GOD has an international view of this world. It is a universal gospel which He places before all the nations alike. It is not one choice for us and another choice for some else; it is not one choice for the Jews and a different one for the Gentiles; it was not one choice before the time of Christ and a different choice afterwards. It is always and in all places the same choice with which God confronts the nations.

Genesis 10 tells us how the single root of humanity began to be divided up into the great nationalities which have existed in our world ever since Babel. The first figure who arises after that event is that of Abraham (Chapter 12). He was the truly international man who began from the great civilisation of the ancient world in the valley of the Euphrates and Tigris and who then travelled across such frontiers as there were in those days and for a time settled in Egypt, at the other end of the civilised world. He thus came to a different nation, people of a different language. He then moved up from Egypt and lived in the land of Canaan, remaining there for many, many years.

All the time, as we are told in Hebrews 11, he was seeking a homeland. Neither Ur, from which he came, nor Egypt, to which he went, nor Canaan, where he ultimately settled, was his homeland: "People who speak as Abraham spoke make it clear that they are seeking a homeland" (Hebrews 11:14). The writer goes on to say that if that was what they meant by a homeland, the opportunity would have come sooner or later for them to go there, to settle down and make it their home. In fact they were desiring a better country than Ur of the Chaldees or Egypt or Canaan. They were looking for their heavenly homeland.

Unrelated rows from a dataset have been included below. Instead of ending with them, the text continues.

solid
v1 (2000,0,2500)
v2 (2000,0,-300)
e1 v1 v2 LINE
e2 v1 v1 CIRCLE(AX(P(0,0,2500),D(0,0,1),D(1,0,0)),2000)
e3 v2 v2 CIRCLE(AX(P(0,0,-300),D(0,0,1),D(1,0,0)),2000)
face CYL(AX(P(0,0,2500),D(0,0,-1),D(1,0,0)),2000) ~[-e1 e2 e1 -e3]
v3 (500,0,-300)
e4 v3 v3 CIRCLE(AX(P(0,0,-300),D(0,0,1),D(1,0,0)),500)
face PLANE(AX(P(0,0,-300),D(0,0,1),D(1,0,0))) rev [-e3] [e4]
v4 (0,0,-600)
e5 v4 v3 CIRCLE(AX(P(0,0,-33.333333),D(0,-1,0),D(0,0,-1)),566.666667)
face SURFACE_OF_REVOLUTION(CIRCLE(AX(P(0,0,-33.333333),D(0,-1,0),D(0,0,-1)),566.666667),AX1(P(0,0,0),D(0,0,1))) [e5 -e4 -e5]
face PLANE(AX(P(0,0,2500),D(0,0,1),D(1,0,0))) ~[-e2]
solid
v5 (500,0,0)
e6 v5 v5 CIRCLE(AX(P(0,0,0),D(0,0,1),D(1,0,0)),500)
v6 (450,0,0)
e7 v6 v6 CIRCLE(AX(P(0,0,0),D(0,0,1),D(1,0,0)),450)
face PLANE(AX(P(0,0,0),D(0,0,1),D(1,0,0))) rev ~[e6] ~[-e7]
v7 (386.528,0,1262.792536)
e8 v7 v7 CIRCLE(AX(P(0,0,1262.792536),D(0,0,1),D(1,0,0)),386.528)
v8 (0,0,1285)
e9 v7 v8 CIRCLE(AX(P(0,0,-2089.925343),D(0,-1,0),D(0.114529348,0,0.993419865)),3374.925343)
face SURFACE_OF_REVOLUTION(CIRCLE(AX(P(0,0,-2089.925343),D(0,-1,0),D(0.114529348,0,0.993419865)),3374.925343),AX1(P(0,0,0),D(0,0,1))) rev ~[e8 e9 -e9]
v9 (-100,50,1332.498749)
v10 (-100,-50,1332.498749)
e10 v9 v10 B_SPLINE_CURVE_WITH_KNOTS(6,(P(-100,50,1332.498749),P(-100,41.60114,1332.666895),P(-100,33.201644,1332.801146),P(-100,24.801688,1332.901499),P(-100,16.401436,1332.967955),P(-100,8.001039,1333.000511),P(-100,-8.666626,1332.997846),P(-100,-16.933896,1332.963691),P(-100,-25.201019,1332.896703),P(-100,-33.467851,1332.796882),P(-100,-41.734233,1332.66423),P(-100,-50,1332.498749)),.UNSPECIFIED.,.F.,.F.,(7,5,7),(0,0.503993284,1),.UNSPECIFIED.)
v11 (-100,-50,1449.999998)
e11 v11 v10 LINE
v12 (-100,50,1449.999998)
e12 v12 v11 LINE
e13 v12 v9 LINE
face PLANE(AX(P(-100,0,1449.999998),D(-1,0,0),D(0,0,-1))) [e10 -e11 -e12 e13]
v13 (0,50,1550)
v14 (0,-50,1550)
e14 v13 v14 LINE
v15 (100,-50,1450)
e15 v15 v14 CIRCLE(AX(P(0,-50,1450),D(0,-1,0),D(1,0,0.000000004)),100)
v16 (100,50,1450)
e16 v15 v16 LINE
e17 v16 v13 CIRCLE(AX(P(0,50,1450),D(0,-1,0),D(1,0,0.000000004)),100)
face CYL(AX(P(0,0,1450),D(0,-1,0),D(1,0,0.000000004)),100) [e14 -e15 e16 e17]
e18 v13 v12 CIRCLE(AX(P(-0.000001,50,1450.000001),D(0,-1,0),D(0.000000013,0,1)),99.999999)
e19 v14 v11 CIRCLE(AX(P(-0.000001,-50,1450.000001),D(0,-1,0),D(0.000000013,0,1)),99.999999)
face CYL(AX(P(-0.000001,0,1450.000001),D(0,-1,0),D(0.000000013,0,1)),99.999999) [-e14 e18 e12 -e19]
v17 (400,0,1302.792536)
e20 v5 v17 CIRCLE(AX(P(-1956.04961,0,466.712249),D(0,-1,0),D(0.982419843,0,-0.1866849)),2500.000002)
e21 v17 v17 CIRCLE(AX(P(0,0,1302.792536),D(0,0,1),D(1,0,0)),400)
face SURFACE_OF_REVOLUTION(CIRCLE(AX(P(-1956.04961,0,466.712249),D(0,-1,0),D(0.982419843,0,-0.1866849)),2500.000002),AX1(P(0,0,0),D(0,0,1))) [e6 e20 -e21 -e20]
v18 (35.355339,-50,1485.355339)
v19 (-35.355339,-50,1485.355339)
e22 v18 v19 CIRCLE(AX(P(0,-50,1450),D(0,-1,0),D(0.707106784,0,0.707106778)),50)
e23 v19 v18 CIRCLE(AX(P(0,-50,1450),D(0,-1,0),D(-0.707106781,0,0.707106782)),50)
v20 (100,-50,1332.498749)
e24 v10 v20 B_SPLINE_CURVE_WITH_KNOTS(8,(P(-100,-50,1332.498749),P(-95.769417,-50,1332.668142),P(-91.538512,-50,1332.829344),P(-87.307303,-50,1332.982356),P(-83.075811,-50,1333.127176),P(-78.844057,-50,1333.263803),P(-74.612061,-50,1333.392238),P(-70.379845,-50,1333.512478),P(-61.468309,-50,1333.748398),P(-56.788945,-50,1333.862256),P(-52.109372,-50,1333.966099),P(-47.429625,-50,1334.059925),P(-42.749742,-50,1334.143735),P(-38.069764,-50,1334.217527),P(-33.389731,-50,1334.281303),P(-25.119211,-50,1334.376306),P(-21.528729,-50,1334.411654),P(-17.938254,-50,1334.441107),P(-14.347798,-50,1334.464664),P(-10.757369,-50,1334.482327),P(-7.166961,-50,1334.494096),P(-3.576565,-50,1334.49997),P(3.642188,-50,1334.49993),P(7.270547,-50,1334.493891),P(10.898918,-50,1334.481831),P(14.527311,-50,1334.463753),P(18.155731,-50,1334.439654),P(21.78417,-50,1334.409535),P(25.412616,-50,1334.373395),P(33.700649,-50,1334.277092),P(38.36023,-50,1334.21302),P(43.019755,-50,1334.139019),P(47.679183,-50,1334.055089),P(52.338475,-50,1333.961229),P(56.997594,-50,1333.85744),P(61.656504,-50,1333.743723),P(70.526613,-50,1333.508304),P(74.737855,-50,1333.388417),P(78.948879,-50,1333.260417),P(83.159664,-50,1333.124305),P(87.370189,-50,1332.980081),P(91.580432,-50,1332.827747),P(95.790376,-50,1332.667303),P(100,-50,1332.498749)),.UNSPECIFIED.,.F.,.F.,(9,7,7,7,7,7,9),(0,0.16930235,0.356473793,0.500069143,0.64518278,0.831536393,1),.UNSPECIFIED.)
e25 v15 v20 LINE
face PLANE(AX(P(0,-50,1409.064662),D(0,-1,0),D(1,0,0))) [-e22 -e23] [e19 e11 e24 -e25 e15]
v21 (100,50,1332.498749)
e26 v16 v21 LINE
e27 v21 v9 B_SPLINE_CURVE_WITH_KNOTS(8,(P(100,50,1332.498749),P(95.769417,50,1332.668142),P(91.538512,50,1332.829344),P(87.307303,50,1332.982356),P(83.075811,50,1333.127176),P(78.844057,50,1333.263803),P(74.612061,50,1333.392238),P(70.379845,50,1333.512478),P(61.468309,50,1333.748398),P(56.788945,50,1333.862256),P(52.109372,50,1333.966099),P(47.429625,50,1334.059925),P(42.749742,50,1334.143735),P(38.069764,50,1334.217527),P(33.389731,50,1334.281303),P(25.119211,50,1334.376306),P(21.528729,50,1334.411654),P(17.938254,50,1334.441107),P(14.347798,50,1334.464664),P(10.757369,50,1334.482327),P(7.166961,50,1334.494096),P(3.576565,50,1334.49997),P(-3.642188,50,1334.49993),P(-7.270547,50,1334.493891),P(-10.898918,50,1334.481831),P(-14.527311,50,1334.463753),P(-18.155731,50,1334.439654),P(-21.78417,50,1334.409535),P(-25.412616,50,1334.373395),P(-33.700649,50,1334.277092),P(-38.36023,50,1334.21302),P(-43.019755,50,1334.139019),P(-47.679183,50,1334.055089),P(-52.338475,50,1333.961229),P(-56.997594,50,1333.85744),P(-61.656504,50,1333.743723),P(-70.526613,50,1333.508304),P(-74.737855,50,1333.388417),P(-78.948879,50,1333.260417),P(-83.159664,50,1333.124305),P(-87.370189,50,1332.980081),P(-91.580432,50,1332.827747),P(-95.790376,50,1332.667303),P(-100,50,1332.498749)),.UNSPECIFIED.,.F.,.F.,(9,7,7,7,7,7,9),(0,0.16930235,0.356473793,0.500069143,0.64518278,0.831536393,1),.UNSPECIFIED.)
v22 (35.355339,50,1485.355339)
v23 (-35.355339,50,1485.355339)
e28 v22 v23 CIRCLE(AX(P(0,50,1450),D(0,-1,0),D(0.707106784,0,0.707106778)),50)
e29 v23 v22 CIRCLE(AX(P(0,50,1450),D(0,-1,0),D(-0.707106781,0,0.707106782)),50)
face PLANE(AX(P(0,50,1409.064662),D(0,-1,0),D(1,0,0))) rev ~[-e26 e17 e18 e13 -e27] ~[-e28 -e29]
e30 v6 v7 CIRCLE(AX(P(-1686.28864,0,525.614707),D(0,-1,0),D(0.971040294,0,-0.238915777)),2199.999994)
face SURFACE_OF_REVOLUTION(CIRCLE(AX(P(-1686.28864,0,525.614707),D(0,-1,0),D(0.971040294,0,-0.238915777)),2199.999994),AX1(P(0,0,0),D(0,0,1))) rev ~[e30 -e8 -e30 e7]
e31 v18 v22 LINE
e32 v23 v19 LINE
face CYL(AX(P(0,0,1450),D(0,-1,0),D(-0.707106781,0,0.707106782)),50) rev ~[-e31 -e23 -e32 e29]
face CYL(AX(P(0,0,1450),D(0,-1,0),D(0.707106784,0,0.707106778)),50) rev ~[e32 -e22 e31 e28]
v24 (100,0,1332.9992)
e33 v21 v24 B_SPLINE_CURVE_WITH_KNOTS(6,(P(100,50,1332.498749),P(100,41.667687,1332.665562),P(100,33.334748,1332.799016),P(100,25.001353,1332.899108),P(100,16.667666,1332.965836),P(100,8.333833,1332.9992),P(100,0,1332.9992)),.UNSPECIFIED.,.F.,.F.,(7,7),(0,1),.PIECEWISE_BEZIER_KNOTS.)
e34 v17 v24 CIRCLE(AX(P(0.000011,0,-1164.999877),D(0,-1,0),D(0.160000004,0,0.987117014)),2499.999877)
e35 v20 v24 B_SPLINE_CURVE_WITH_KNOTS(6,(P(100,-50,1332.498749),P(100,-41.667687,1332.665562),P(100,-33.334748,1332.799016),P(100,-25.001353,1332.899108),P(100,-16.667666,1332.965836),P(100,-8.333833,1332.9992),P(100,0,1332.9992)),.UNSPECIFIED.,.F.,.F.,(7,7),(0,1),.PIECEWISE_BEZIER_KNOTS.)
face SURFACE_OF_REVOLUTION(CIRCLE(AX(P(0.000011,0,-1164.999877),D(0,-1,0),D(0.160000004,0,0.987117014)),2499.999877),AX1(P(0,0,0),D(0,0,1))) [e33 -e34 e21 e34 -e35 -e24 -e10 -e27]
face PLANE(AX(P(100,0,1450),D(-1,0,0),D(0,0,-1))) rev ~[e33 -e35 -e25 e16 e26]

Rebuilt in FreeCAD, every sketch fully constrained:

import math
import FreeCAD as App
import Part
import Sketcher

doc = App.newDocument("Part")
body = doc.addObject("PartDesign::Body", "Body")

# Sketch on XZ plane
sketch1 = body.newObject("Sketcher::SketchObject", "Sketch")
sketch1.AttachmentSupport = (doc.getObject("XZ_Plane"), [""])
sketch1.MapMode = "FlatFace"
sketch1.addGeometry(Part.LineSegment(App.Vector(2000, 2500, 0), App.Vector(0, 2500, 0)), False)
sketch1.addGeometry(Part.LineSegment(App.Vector(0, 2500, 0), App.Vector(0, -600, 0)), False)
sketch1.addGeometry(Part.ArcOfCircle(Part.Circle(App.Vector(0, -33, 0), App.Vector(0, 0, 1), 567), math.radians(-90), math.radians(-28)), False)
sketch1.addGeometry(Part.LineSegment(App.Vector(500, -300, 0), App.Vector(2000, -300, 0)), False)
sketch1.addGeometry(Part.LineSegment(App.Vector(2000, -300, 0), App.Vector(2000, 2500, 0)), False)
sketch1.addConstraint(Sketcher.Constraint("Coincident", 0, 2, 1, 1))
sketch1.addConstraint(Sketcher.Constraint("Coincident", 1, 2, 2, 1))
sketch1.addConstraint(Sketcher.Constraint("Coincident", 2, 2, 3, 1))
sketch1.addConstraint(Sketcher.Constraint("Coincident", 3, 2, 4, 1))
sketch1.addConstraint(Sketcher.Constraint("Coincident", 4, 2, 0, 1))
sketch1.addConstraint(Sketcher.Constraint("Horizontal", 0))
sketch1.addConstraint(Sketcher.Constraint("Vertical", 1))
sketch1.addConstraint(Sketcher.Constraint("Horizontal", 3))
sketch1.addConstraint(Sketcher.Constraint("Vertical", 4))
sketch1.addConstraint(Sketcher.Constraint("PointOnObject", 2, 3, -2))
sketch1.addConstraint(Sketcher.Constraint("PointOnObject", 0, 2, -2))
sketch1.addConstraint(Sketcher.Constraint("DistanceX", 0, 2, 0, 1, 2000.0))
sketch1.addConstraint(Sketcher.Constraint("DistanceX", 3, 1, 3, 2, 1500.0))
sketch1.addConstraint(Sketcher.Constraint("DistanceY", 1, 2, 1, 1, 3100.0))
sketch1.addConstraint(Sketcher.Constraint("DistanceY", 4, 1, 4, 2, 2800.0))
sketch1.addConstraint(Sketcher.Constraint("DistanceY", -1, 1, 0, 2, 2500.0))
revolution = body.newObject("PartDesign::Revolution", "Revolution")
revolution.Profile = sketch1
revolution.ReferenceAxis = (sketch1, ["V_Axis"])
revolution.Angle = 360
body2 = doc.addObject("PartDesign::Body", "Body001")

# Sketch on XZ plane
sketch2 = body2.newObject("Sketcher::SketchObject", "Sketch001")
sketch2.AttachmentSupport = (doc.getObject("XZ_Plane001"), [""])
sketch2.MapMode = "FlatFace"
sketch2.addGeometry(Part.ArcOfCircle(Part.Circle(App.Vector(0, 1450, 0), App.Vector(0, 0, 1), 50), math.radians(45), math.radians(135)), False)
sketch2.addGeometry(Part.ArcOfCircle(Part.Circle(App.Vector(0, 1450, 0), App.Vector(0, 0, 1), 50), math.radians(135), math.radians(405)), False)
sketch2.addConstraint(Sketcher.Constraint("Tangent", 0, 1, 1, 2))
sketch2.addConstraint(Sketcher.Constraint("Coincident", 1, 1, 0, 2))
sketch2.addConstraint(Sketcher.Constraint("Symmetric", 0, 1, 1, 1, -2))
sketch2.addConstraint(Sketcher.Constraint("Radius", 0, 50.0))
sketch2.addConstraint(Sketcher.Constraint("DistanceY", -1, 1, 0, 3, 1450.0))
sketch2.addConstraint(Sketcher.Constraint("DistanceX", -1, 1, 0, 1, 35.355339))
pad1 = body2.newObject("PartDesign::Pad", "Pad")
pad1.Profile = sketch2
pad1.Length = 500
pad1.Midplane = True
body3 = doc.addObject("PartDesign::Body", "Body002")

So we suggest that Abraham is the international man. He belongs to all those nations since really, deeper than all of them, his allegiance was to his heavenly home. This is all summed up for us in the verse upon which we now base our study: "The Scripture, foreseeing that God would justify the Gentiles by faith, preached the gospel beforehand unto Abraham, saying, In you shall all the nations be blessed" (Galatians 3:8).

The Blessing that God sets before the Nations

There is one blessing which God holds out to men of every race and colour, creed and culture; it is the blessing of justification. This matter of justifying the nations represents the heart of God for His world. This fact makes us think of evangelism and the world wide spread of the Good News. But of course with Christian missions many other things have accompanied the gospel. All sorts of things have gone on under the umbrella of overseas evangelism, and very rightly so.

Think of the situation of the missionary a hundred and fifty years ago. He went to benighted corners of the globe where he found people who had none of his advantages. He often found folk who had all sorts of needs. They lived in grass huts, they had no medicines, they had no schools. So the missionaries took with them, along with the gospel, all those other benefits which they understood to be part and parcel of Christian civilisation -- and they still do. So we continue to support Christian hospitals, Christian schools and other accompaniments of the gospel, but as we do so we raise problems.

I understand that those past conditions are changing and passing away. Whereas a profound [63/64] spiritual need remains, we can no longer say that we must provide medicine or education or plumbing that at one time seemed to be part and parcel of missionary work, so we have to ask ourselves what it is that those in other lands need. Even when our western benefits are no longer wanted and people will no longer thank us for Christian civilisation's good things, what is there that is still lacking? The answer, of course, is that the great blessing still to be offered is that of justification. People need to be right with God.

The world of the Eighties is so different from the world of a Century ago, but there is still a Third World, there are still needy people, there are millions who go hungry. There are millions who have no earthly hopes or prospects, so that although the situation has changed in some respects Christians rightly are concerned for those who so badly need help. They need food. And we have so much. It is good therefore that modern Christian agencies should respond to their need with handouts.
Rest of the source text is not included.